In 1971, after the United States had decided to put an end to the international convertibility of the US Dollar to gold, he obtained from the Federal Reserve to make an exception for Algeria which enabled him to create the first gold reserves of the country.

=== International organizations ===
Very active to promote the interests of Third World nations in the International Monetary Fund he was one of the three founders of the Group of 24 (G-24) in 1971. He represented Algeria at the Arab Monetary Fund and collaborated as an expert with international organizations like UNCTAD and UNDP.

=== Readmission of China (PRC) in the International Monetary Fund ===
In 1980, the International Monetary Fund decided to recognize the People's Republic of China (PRC) rather than the Republic of China (ROC). Based on his experience and reputation after a very long period of time representing Algeria and the interests of emerging countries in general with the G-24 in the international financial institutions, he was asked by the government of the People's Republic of China to introduce the country's application for membership at the International Monetary Fund, to represent China during the membership process and thus to organize its come-back into the international monetary and financial community.

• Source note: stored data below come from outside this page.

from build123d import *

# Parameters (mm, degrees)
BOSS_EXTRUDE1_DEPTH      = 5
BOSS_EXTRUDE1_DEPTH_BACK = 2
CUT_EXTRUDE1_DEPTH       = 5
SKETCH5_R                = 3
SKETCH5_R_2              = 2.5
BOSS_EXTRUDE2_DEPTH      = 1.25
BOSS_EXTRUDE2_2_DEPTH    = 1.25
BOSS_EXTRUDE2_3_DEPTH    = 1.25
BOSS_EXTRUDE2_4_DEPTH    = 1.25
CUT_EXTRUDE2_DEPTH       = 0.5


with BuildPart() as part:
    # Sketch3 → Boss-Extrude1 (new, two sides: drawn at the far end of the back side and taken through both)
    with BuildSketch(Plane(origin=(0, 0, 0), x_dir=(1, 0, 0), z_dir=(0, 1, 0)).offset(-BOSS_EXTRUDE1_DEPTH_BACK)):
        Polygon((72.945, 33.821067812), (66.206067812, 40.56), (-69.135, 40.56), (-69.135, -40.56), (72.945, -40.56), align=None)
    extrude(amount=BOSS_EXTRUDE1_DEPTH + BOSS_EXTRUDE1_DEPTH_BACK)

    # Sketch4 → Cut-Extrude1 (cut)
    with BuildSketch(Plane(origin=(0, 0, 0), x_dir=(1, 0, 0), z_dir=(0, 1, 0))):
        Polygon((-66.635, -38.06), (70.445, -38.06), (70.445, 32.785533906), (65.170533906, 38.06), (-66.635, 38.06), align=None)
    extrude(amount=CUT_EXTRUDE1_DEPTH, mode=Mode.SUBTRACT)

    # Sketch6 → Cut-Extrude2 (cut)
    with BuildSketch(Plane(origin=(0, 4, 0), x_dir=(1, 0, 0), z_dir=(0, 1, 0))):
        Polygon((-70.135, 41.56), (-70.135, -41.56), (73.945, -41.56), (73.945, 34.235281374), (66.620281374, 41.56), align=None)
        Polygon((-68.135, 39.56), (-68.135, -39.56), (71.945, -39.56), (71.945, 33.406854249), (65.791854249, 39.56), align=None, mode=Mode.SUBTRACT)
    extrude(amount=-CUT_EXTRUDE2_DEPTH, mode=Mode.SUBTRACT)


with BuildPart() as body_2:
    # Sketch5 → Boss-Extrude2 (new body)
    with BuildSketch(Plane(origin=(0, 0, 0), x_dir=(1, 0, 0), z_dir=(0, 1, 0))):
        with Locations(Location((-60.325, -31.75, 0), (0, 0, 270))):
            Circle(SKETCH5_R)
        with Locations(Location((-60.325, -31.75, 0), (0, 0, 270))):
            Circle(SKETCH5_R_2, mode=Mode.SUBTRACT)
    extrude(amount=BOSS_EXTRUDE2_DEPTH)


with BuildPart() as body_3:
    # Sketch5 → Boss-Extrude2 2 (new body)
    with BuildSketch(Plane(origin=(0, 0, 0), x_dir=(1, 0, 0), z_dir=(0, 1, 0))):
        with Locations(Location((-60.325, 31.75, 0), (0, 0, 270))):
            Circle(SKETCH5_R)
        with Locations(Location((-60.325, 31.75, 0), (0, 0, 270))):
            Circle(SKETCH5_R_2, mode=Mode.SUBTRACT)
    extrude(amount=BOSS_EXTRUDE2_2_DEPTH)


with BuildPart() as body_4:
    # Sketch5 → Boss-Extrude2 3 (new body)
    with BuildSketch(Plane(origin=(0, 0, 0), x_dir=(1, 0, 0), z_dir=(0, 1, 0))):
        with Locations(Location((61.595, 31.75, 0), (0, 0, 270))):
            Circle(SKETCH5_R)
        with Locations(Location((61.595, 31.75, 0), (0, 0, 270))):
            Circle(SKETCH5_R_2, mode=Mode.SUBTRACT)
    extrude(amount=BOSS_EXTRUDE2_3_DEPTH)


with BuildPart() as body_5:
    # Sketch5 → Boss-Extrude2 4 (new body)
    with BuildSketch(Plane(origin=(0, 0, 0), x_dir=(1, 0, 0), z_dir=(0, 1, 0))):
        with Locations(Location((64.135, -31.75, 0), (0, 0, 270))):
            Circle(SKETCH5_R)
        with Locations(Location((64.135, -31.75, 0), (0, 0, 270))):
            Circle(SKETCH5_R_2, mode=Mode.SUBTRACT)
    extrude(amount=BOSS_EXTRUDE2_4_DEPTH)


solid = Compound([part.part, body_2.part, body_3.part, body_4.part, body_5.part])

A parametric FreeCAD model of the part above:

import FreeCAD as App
import Part
import Sketcher
from FreeCAD import Vector
Q = App.Units.Quantity

doc = App.newDocument("Part")
params = doc.addObject("Spreadsheet::Sheet", "Params")
for row, (alias, value) in enumerate([
    ("sketch1_width", "142.08 mm"),
    ("sketch1_height", "81.12 mm"),
    ("pad1_length", "5 mm"),
    ("pad1_length2", "2 mm"),
    ("sketch2_width", "137.08 mm"),
    ("sketch2_height", "76.12 mm"),
    ("pocket1_length", "5 mm"),
    ("sketch3_width", "144.08 mm"),
    ("sketch3_height", "83.12 mm"),
    ("pocket2_length", "0.5 mm"),
    ("sketch4_diameter", "6 mm"),
    ("sketch4_diameter2", "5 mm"),
    ("pad2_length", "1.25 mm"),
    ("sketch5_diameter", "6 mm"),
    ("sketch5_diameter2", "5 mm"),
    ("pad3_length", "1.25 mm"),
    ("sketch6_diameter", "6 mm"),
    ("sketch6_diameter2", "5 mm"),
    ("pad4_length", "1.25 mm"),
    ("sketch7_diameter", "6 mm"),
    ("sketch7_diameter2", "5 mm"),
    ("pad5_length", "1.25 mm"),
], start=1):
    params.set(f"A{row}", alias)
    params.set(f"B{row}", "=" + value)
    params.setAlias(f"B{row}", alias)

body = doc.addObject("PartDesign::Body", "Body")

sketch1 = body.newObject("Sketcher::SketchObject", "Sketch")
sketch1.AttachmentSupport = (doc.getObject("XZ_Plane"), [""])
sketch1.MapMode = "FlatFace"
sketch1.addGeometry([
    Part.LineSegment(Vector(73, -34, 0), Vector(66, -41, 0)),
    Part.LineSegment(Vector(66, -41, 0), Vector(-69, -41, 0)),
    Part.LineSegment(Vector(-69, -41, 0), Vector(-69, 41, 0)),
    Part.LineSegment(Vector(-69, 41, 0), Vector(73, 41, 0)),
    Part.LineSegment(Vector(73, 41, 0), Vector(73, -34, 0)),
], False)
sketch1.addConstraint([
    Sketcher.Constraint("Coincident", 0, 2, 1, 1),
    Sketcher.Constraint("Coincident", 1, 2, 2, 1),
    Sketcher.Constraint("Coincident", 2, 2, 3, 1),
    Sketcher.Constraint("Coincident", 3, 2, 4, 1),
    Sketcher.Constraint("Coincident", 4, 2, 0, 1),
    Sketcher.Constraint("Horizontal", 1),
    Sketcher.Constraint("Vertical", 2),
    Sketcher.Constraint("Horizontal", 3),
    Sketcher.Constraint("Vertical", 4),
    Sketcher.Constraint("Angle", 0, Q("-135 deg")),
    Sketcher.Constraint("DistanceX", 3, 1, 3, 2, 142.08),
    Sketcher.Constraint("DistanceY", 2, 1, 2, 2, 81.12),
    Sketcher.Constraint("DistanceY", 0, 2, -1, 1, 40.56),
    Sketcher.Constraint("DistanceX", 1, 2, -1, 1, 69.135),
    Sketcher.Constraint("Distance", 0, 9.530289),
])
sketch1.setExpression("Constraints[10]", "Params.sketch1_width")
sketch1.setExpression("Constraints[11]", "Params.sketch1_height")
pad1 = body.newObject("PartDesign::Pad", "Pad")
pad1.Profile = sketch1
pad1.Type = "TwoLengths"
pad1.setExpression("Length", "Params.pad1_length")
pad1.setExpression("Length2", "Params.pad1_length2")
pad1.Reversed = True

sketch2 = body.newObject("Sketcher::SketchObject", "Sketch001")
sketch2.AttachmentSupport = (doc.getObject("XZ_Plane"), [""])
sketch2.MapMode = "FlatFace"
sketch2.addGeometry([
    Part.LineSegment(Vector(-67, 38, 0), Vector(70, 38, 0)),
    Part.LineSegment(Vector(70, 38, 0), Vector(70, -33, 0)),
    Part.LineSegment(Vector(70, -33, 0), Vector(65, -38, 0)),
    Part.LineSegment(Vector(65, -38, 0), Vector(-67, -38, 0)),
    Part.LineSegment(Vector(-67, -38, 0), Vector(-67, 38, 0)),
], False)
sketch2.addConstraint([
    Sketcher.Constraint("Coincident", 0, 2, 1, 1),
    Sketcher.Constraint("Coincident", 1, 2, 2, 1),
    Sketcher.Constraint("Coincident", 2, 2, 3, 1),
    Sketcher.Constraint("Coincident", 3, 2, 4, 1),
    Sketcher.Constraint("Coincident", 4, 2, 0, 1),
    Sketcher.Constraint("Horizontal", 0),
    Sketcher.Constraint("Vertical", 1),
    Sketcher.Constraint("Horizontal", 3),
    Sketcher.Constraint("Vertical", 4),
    Sketcher.Constraint("Angle", 2, Q("-135 deg")),
    Sketcher.Constraint("DistanceX", 0, 1, 0, 2, 137.08),
    Sketcher.Constraint("DistanceY", 4, 1, 4, 2, 76.12),
    Sketcher.Constraint("DistanceY", -1, 1, 0, 2, 38.06),
    Sketcher.Constraint("DistanceX", -1, 1, 0, 2, 70.445),
    Sketcher.Constraint("Distance", 2, 7.459221),
])
sketch2.setExpression("Constraints[10]", "Params.sketch2_width")
sketch2.setExpression("Constraints[11]", "Params.sketch2_height")
pocket1 = body.newObject("PartDesign::Pocket", "Pocket")
pocket1.Profile = sketch2
pocket1.setExpression("Length", "Params.pocket1_length")

sketch3 = body.newObject("Sketcher::SketchObject", "Sketch002")
sketch3.AttachmentSupport = (doc.getObject("XZ_Plane"), [""])
sketch3.MapMode = "FlatFace"
sketch3.AttachmentOffset = App.Placement(Vector(0, 0, -4), App.Rotation())
sketch3.addGeometry([
    Part.LineSegment(Vector(-70, -42, 0), Vector(-70, 42, 0)),
    Part.LineSegment(Vector(-70, 42, 0), Vector(74, 42, 0)),
    Part.LineSegment(Vector(74, 42, 0), Vector(74, -34, 0)),
    Part.LineSegment(Vector(74, -34, 0), Vector(67, -42, 0)),
    Part.LineSegment(Vector(67, -42, 0), Vector(-70, -42, 0)),
    Part.LineSegment(Vector(-68, 40, 0), Vector(-68, -40, 0)),
    Part.LineSegment(Vector(-68, -40, 0), Vector(66, -40, 0)),
    Part.LineSegment(Vector(66, -40, 0), Vector(72, -33, 0)),
    Part.LineSegment(Vector(72, -33, 0), Vector(72, 40, 0)),
    Part.LineSegment(Vector(72, 40, 0), Vector(-68, 40, 0)),
], False)
sketch3.addConstraint([
    Sketcher.Constraint("Coincident", 0, 2, 1, 1),
    Sketcher.Constraint("Coincident", 1, 2, 2, 1),
    Sketcher.Constraint("Coincident", 2, 2, 3, 1),
    Sketcher.Constraint("Coincident", 3, 2, 4, 1),
    Sketcher.Constraint("Coincident", 4, 2, 0, 1),
    Sketcher.Constraint("Coincident", 5, 2, 6, 1),
    Sketcher.Constraint("Coincident", 6, 2, 7, 1),
    Sketcher.Constraint("Coincident", 7, 2, 8, 1),
    Sketcher.Constraint("Coincident", 8, 2, 9, 1),
    Sketcher.Constraint("Coincident", 9, 2, 5, 1),
    Sketcher.Constraint("Vertical", 0),
    Sketcher.Constraint("Horizontal", 1),
    Sketcher.Constraint("Vertical", 2),
    Sketcher.Constraint("Horizontal", 4),
    Sketcher.Constraint("Vertical", 5),
    Sketcher.Constraint("Horizontal", 6),
    Sketcher.Constraint("Vertical", 8),
    Sketcher.Constraint("Horizontal", 9),
    Sketcher.Constraint("Parallel", 3, 7),
    Sketcher.Constraint("Angle", 3, Q("-135 deg")),
    Sketcher.Constraint("DistanceX", 4, 2, 5, 2, 2.0),
    Sketcher.Constraint("DistanceY", 4, 2, 5, 2, 2.0),
    Sketcher.Constraint("DistanceX", 7, 2, 2, 2, 2.0),
    Sketcher.Constraint("DistanceY", 8, 2, 1, 2, 2.0),
    Sketcher.Constraint("DistanceX", 1, 1, 1, 2, 144.08),
    Sketcher.Constraint("DistanceY", 0, 1, 0, 2, 83.12),
    Sketcher.Constraint("DistanceY", -1, 1, 0, 2, 41.56),
    Sketcher.Constraint("DistanceX", 0, 2, -1, 1, 70.135),
    Sketcher.Constraint("DistanceX", 4, 2, 4, 1, 136.755281),
    Sketcher.Constraint("DistanceX", 6, 1, 6, 2, 133.926854),
])
sketch3.setExpression("Constraints[24]", "Params.sketch3_width")
sketch3.setExpression("Constraints[25]", "Params.sketch3_height")
pocket2 = body.newObject("PartDesign::Pocket", "Pocket001")
pocket2.Profile = sketch3
pocket2.setExpression("Length", "Params.pocket2_length")
pocket2.Reversed = True
body2 = doc.addObject("PartDesign::Body", "Body001")

sketch4 = body2.newObject("Sketcher::SketchObject", "Sketch003")
sketch4.AttachmentSupport = (doc.getObject("XZ_Plane001"), [""])
sketch4.MapMode = "FlatFace"
sketch4.addGeometry([
    Part.Circle(Vector(-60.3, 31.8, 0), Vector(0, 0, 1), 3),
    Part.Circle(Vector(-60.3, 31.8, 0), Vector(0, 0, 1), 2.5),
], False)
sketch4.addConstraint([
    Sketcher.Constraint("Coincident", 1, 3, 0, 3),
    Sketcher.Constraint("Diameter", 0, 6.0),
    Sketcher.Constraint("Diameter", 1, 5.0),
    Sketcher.Constraint("DistanceY", -1, 1, 0, 3, 31.75),
    Sketcher.Constraint("DistanceX", 0, 3, -1, 1, 60.325),
])
sketch4.setExpression("Constraints[1]", "Params.sketch4_diameter")
sketch4.setExpression("Constraints[2]", "Params.sketch4_diameter2")
pad2 = body2.newObject("PartDesign::Pad", "Pad001")
pad2.Profile = sketch4
pad2.setExpression("Length", "Params.pad2_length")
pad2.Reversed = True
body3 = doc.addObject("PartDesign::Body", "Body002")

sketch5 = body3.newObject("Sketcher::SketchObject", "Sketch004")
sketch5.AttachmentSupport = (doc.getObject("XZ_Plane002"), [""])
sketch5.MapMode = "FlatFace"
sketch5.addGeometry([
    Part.Circle(Vector(-60.3, -31.8, 0), Vector(0, 0, 1), 3),
    Part.Circle(Vector(-60.3, -31.8, 0), Vector(0, 0, 1), 2.5),
], False)
sketch5.addConstraint([
    Sketcher.Constraint("Coincident", 1, 3, 0, 3),
    Sketcher.Constraint("Diameter", 0, 6.0),
    Sketcher.Constraint("Diameter", 1, 5.0),
    Sketcher.Constraint("DistanceY", 0, 3, -1, 1, 31.75),
    Sketcher.Constraint("DistanceX", 0, 3, -1, 1, 60.325),
])
sketch5.setExpression("Constraints[1]", "Params.sketch5_diameter")
sketch5.setExpression("Constraints[2]", "Params.sketch5_diameter2")
pad3 = body3.newObject("PartDesign::Pad", "Pad002")
pad3.Profile = sketch5
pad3.setExpression("Length", "Params.pad3_length")
pad3.Reversed = True
body4 = doc.addObject("PartDesign::Body", "Body003")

== Negotiations for the release of the American hostages in Iran ==
On November 2, 1980, the Iranian parliament voted the decision to free the American citizens detained in Iran if the United States agree to release the Iranian assets frozen in U.S. banks, to return the wealth amassed by the Shah and to pledge not to interfere in the Iranian internal affairs in the future.

Several personalities had proposed to act as go-between such as former U.S. attorney general Ramsey Clark sent by president Jimmy Carter, former Prime Minister of Sweden Olof Palme, UN Secretary-General Kurt Waldheim with no result, because of the complexity of the financial litigation between the two countries’ public and private entities.

The Algerian government composed a team comprising their ambassadors to each country. The two ambassadors started to shuttle between Tehran and Algiers where the American delegation had arrived. As diplomats with no experienced of complex negotiations and international financial arbitration their role was limited to forwarding messages and were referred in the American media as "the mailmen".

The ambassadors arranged to meet with the hostages in Tehran and to check on their health. They collected letters from the hostages and organised a gathering at the Algerian embassy in Washington DC to deliver the letters to the hostages' families. But their contribution to the resolution of the crisis could not go further.

The political aspect of the negotiation was rapidly solved, the United States confirming that "it is and from now on will be the policy of the United States not to intervene, directly or indirectly, politically or militarily, in Iran's internal affairs".

After the negotiation stalled the Algerian minister of foreign affairs was unable to progress and called upon the help of the governor of the central bank He was very well known for a long time by the representatives of the Federal Reserve Bank as a member of the international financial community and by the governor of the central bank of Iran. He was also able to build good relations with the Iranian negotiation team known as the "Nabavi Committee". The difficulty of the negotiation was to determine which claims could be considered as legitimate by the two sides knowing that the Iranian government estimated frozen assets at $24 billion. He proposed a solution which consisted in the release of a significant portion of the Iranian frozen assets and the repayment to the United States of the Iranian sovereign debt through escrow accounts and at a later stage the creation of an arbitration tribunal to resolve pending disputes such as losses caused to American corporations and individuals by the revolution and Iranian claims in the United States was accepted by the two parties. He offered the guarantee of the Algerian Central Bank to receive unfrozen funds on an escrow account. The solution he designed was formalized by the "Algiers Accord" signed on January 19, 1981. When the Algerian Central Bank received Iranian assets transferred by the United States on its account at the Bank of England, the signal was given for the release of the American hostages on January 20, 1981.